RECORD EXTRACTS:
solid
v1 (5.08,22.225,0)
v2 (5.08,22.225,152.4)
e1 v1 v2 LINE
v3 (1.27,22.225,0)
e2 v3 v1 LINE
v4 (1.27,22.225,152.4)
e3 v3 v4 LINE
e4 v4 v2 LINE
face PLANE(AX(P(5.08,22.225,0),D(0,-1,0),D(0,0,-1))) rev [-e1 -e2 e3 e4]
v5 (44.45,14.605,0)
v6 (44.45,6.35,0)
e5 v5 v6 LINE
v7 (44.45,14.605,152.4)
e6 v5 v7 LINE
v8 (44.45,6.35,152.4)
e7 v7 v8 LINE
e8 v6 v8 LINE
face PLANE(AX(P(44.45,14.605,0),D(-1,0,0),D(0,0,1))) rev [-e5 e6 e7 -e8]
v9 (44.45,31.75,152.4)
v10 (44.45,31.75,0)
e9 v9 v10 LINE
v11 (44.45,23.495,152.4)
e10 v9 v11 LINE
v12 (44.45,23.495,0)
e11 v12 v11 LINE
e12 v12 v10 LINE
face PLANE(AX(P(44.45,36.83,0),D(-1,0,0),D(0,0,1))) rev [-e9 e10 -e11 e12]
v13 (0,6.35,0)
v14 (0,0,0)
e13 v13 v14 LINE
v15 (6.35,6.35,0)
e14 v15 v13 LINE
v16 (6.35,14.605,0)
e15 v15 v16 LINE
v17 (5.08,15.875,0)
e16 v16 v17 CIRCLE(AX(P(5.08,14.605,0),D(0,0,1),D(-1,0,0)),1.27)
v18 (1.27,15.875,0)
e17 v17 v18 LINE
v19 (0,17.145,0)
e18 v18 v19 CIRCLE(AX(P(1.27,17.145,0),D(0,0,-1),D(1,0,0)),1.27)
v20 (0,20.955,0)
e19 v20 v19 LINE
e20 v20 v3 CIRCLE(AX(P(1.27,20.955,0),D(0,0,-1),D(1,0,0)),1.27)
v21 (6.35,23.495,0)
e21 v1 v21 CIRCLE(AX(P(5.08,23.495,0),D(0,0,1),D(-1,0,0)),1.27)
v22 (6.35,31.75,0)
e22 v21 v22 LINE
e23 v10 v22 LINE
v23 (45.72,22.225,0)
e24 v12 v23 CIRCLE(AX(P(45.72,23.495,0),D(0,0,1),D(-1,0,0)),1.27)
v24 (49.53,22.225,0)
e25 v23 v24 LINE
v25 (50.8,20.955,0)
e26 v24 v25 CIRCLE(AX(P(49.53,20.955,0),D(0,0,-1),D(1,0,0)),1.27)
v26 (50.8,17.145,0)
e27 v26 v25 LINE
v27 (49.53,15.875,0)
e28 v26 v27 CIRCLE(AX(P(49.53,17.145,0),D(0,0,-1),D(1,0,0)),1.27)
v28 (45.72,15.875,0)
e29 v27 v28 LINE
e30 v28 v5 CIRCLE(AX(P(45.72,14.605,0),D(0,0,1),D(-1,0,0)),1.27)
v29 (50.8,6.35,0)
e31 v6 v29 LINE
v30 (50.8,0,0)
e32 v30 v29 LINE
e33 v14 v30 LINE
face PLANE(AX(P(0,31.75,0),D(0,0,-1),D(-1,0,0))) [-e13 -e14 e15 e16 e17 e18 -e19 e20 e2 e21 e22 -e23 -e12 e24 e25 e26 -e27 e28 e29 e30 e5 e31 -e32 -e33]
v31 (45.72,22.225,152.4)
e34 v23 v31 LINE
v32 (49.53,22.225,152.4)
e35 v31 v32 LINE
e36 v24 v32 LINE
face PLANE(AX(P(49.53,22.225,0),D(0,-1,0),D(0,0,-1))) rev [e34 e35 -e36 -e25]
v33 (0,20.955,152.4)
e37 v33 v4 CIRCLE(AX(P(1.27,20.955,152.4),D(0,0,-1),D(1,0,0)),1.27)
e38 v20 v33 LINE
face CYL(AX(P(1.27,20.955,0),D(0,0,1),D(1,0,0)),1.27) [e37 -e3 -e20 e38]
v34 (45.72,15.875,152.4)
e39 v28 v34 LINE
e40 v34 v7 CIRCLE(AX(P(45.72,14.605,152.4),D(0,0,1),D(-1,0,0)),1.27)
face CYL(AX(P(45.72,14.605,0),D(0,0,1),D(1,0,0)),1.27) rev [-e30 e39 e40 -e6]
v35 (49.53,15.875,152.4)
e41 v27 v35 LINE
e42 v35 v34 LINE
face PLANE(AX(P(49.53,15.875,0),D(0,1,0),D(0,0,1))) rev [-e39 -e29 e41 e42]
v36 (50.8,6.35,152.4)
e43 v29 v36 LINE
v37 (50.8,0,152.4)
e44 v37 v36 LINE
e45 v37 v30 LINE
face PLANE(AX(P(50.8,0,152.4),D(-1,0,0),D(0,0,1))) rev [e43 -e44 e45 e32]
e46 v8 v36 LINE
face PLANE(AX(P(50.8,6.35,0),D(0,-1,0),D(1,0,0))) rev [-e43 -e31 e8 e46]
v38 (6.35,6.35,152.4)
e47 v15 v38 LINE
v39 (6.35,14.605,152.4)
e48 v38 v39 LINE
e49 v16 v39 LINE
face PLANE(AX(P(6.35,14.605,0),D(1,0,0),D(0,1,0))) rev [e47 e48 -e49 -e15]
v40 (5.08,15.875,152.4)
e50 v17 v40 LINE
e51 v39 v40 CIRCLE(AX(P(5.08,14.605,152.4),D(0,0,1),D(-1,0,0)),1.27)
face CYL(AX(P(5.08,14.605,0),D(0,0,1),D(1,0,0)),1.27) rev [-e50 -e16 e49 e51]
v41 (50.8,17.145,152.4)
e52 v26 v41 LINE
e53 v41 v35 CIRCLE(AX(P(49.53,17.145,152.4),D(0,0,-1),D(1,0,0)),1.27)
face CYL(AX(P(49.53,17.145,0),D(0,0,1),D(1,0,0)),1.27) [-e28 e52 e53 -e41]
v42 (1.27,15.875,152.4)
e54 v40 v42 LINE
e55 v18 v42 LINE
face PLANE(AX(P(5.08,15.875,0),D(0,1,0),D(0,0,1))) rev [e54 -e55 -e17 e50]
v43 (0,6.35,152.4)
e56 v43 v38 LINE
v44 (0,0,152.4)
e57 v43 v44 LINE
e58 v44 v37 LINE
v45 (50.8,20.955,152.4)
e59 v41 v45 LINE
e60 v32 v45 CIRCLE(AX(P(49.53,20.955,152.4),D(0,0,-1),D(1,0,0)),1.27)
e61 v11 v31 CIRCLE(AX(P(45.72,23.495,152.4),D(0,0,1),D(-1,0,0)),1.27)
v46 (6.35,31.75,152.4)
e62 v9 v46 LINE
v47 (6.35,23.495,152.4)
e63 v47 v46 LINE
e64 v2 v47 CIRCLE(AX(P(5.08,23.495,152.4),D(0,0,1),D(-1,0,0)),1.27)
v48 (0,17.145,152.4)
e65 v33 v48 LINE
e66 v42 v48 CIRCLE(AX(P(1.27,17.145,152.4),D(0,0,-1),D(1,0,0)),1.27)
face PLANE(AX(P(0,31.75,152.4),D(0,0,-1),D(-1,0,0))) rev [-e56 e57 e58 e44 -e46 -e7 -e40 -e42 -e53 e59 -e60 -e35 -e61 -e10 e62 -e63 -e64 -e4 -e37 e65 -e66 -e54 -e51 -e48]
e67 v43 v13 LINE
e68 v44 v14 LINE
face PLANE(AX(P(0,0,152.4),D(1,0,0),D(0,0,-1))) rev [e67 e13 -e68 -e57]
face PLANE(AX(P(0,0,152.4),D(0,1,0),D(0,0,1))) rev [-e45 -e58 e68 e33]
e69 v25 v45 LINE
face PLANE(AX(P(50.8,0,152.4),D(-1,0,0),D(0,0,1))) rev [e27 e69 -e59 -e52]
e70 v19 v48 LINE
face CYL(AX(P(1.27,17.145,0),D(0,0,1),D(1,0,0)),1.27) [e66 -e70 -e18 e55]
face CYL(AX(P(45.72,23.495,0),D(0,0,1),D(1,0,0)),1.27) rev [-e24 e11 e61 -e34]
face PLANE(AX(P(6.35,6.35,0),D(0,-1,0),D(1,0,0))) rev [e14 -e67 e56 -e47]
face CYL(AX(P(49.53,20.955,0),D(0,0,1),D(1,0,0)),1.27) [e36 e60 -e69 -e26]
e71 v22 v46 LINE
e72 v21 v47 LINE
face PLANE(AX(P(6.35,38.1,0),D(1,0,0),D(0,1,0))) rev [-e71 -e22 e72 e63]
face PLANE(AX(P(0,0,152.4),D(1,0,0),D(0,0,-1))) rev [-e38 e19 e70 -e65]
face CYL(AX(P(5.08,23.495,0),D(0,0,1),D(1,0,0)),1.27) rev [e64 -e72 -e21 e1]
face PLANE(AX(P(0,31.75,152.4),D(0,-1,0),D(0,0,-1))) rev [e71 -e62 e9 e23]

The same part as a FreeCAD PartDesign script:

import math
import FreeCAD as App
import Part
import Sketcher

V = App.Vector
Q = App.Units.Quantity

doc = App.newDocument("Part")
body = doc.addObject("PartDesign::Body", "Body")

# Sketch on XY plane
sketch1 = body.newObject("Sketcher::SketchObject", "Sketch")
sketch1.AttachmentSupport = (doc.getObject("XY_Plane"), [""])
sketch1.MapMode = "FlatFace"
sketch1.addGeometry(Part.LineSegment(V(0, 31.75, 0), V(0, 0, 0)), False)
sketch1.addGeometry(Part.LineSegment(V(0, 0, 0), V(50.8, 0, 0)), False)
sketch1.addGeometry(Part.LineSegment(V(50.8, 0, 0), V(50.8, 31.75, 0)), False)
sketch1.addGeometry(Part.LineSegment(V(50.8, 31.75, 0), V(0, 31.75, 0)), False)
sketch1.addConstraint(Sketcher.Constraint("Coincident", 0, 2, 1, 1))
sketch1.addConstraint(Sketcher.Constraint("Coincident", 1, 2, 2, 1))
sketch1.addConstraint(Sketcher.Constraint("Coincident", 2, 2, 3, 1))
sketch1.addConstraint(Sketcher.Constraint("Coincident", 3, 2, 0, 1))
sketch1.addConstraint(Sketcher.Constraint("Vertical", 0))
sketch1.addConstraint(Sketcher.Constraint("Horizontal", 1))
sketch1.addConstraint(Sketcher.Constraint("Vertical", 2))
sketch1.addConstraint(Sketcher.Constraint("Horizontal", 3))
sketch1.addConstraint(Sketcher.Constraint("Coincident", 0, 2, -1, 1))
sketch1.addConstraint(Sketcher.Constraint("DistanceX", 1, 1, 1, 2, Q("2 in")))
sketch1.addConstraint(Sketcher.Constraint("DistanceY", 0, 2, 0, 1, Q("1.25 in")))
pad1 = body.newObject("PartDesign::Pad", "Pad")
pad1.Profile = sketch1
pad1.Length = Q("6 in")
...
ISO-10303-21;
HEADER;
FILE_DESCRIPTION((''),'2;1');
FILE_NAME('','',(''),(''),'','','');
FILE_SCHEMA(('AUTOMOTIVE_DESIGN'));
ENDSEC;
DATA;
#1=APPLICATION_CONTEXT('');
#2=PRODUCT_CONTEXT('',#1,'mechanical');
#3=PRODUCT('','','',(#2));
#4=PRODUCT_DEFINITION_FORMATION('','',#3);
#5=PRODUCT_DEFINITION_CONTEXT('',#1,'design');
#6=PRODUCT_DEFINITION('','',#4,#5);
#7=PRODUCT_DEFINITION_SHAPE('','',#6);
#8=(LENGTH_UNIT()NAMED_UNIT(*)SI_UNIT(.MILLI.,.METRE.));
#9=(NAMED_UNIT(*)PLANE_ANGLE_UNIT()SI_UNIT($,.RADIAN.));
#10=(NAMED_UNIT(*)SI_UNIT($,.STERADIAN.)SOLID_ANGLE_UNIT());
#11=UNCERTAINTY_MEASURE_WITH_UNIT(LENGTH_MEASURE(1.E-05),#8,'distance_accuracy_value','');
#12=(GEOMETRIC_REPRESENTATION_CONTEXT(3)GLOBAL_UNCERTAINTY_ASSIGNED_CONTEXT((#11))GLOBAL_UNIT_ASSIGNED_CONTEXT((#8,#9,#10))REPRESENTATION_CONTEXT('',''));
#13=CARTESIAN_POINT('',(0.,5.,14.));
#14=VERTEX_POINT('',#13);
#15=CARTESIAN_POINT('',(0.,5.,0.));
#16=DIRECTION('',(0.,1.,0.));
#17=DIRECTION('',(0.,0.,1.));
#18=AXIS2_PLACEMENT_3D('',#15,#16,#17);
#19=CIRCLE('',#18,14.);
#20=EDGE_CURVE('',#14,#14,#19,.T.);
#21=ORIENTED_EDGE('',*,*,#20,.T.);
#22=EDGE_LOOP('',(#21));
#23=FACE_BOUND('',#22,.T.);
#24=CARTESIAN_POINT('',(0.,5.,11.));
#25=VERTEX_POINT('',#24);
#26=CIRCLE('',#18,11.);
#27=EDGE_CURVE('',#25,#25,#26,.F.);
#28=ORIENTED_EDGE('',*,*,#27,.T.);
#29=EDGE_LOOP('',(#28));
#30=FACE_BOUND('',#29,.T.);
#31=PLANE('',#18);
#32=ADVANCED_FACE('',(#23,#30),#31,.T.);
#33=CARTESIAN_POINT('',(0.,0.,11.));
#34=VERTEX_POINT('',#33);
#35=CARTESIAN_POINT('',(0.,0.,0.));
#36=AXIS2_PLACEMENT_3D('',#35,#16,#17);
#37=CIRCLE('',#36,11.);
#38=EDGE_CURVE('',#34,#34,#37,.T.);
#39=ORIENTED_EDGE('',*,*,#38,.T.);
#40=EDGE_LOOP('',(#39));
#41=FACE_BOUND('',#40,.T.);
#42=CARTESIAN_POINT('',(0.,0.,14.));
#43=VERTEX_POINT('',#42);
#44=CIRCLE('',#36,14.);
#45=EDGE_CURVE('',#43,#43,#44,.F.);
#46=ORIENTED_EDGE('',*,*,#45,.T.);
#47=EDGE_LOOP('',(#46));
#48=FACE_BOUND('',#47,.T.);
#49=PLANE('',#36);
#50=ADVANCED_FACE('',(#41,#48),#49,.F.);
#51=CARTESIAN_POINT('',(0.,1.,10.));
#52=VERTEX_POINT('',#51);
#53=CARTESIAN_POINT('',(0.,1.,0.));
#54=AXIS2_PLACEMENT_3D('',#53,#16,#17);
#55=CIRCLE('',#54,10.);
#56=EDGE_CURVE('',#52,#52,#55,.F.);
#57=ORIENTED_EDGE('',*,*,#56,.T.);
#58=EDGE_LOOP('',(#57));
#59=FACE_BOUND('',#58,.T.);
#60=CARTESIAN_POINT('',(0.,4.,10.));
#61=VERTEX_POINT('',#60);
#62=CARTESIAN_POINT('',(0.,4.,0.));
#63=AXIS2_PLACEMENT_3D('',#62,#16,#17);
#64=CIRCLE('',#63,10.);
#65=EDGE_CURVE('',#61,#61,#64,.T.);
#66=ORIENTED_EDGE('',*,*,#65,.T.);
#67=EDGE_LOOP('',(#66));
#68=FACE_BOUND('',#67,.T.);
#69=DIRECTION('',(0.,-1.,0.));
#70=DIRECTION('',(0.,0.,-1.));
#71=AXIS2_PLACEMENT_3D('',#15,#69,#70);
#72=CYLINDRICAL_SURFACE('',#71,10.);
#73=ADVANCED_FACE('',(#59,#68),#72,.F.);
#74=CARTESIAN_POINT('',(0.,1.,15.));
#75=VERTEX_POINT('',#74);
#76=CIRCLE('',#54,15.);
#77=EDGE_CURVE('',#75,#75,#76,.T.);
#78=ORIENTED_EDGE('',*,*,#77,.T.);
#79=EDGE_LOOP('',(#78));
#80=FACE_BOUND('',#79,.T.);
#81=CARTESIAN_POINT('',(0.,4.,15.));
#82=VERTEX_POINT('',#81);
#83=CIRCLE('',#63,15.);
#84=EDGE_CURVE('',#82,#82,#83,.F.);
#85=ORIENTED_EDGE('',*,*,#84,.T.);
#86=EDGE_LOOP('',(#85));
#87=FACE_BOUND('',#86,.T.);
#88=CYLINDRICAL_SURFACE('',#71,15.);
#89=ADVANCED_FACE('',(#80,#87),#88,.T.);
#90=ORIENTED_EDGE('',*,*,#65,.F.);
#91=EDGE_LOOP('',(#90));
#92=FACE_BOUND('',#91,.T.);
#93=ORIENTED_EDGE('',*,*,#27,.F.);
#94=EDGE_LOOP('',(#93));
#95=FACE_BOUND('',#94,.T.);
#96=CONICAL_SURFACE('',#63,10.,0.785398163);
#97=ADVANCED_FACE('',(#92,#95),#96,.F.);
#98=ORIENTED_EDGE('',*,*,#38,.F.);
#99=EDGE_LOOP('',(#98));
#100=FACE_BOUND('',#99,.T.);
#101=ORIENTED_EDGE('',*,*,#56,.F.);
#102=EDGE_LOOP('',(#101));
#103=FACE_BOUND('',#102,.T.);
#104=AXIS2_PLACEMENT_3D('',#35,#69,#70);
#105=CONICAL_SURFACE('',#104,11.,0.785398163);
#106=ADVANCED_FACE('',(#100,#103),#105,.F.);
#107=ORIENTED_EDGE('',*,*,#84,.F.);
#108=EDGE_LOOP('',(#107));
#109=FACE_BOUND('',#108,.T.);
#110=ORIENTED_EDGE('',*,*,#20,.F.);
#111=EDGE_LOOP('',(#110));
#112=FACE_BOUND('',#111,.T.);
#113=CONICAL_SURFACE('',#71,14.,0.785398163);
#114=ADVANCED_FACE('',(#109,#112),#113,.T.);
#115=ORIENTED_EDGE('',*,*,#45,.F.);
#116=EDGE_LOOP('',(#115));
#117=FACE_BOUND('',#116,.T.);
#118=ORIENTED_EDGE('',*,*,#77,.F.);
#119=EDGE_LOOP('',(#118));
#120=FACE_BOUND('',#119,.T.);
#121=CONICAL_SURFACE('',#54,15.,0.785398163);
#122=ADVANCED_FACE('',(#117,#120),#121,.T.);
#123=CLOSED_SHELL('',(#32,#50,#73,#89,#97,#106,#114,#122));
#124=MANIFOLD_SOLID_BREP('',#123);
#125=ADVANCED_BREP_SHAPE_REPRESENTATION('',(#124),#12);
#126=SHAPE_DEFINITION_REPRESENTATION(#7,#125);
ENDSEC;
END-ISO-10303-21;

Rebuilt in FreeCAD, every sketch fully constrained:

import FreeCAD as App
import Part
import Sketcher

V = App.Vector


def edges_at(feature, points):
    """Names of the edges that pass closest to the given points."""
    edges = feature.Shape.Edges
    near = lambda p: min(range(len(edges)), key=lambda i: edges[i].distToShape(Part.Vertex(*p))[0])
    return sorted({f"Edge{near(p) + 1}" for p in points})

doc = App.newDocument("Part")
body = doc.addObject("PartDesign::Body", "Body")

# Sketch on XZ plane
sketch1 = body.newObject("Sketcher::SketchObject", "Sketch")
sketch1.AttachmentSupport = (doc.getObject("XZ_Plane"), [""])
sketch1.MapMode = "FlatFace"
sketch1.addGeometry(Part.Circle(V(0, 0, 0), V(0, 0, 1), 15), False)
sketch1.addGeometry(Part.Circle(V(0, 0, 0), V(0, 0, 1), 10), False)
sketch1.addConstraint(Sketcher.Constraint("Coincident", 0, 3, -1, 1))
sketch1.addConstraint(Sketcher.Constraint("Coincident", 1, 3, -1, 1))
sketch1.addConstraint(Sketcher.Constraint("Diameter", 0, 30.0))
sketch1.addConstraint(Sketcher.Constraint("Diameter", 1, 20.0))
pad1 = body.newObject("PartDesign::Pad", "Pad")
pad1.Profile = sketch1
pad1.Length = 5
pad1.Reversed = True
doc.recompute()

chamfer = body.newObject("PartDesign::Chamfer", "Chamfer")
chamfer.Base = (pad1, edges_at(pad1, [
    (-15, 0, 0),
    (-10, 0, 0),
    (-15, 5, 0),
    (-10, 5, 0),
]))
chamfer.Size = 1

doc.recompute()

PROBLEM TO SOLVE: After locating the line with "face PLANE(AX(P(0,0,152.4),D(1,0,0),D(0,0,-1))) rev [-e38" in the material above, return it and each line after it exactly, ending at the line with "The same part".

FINISHED TASK:
face PLANE(AX(P(0,0,152.4),D(1,0,0),D(0,0,-1))) rev [-e38 e19 e70 -e65]
face CYL(AX(P(5.08,23.495,0),D(0,0,1),D(1,0,0)),1.27) rev [e64 -e72 -e21 e1]
face PLANE(AX(P(0,31.75,152.4),D(0,-1,0),D(0,0,-1))) rev [e71 -e62 e9 e23]

The same part as a FreeCAD PartDesign script:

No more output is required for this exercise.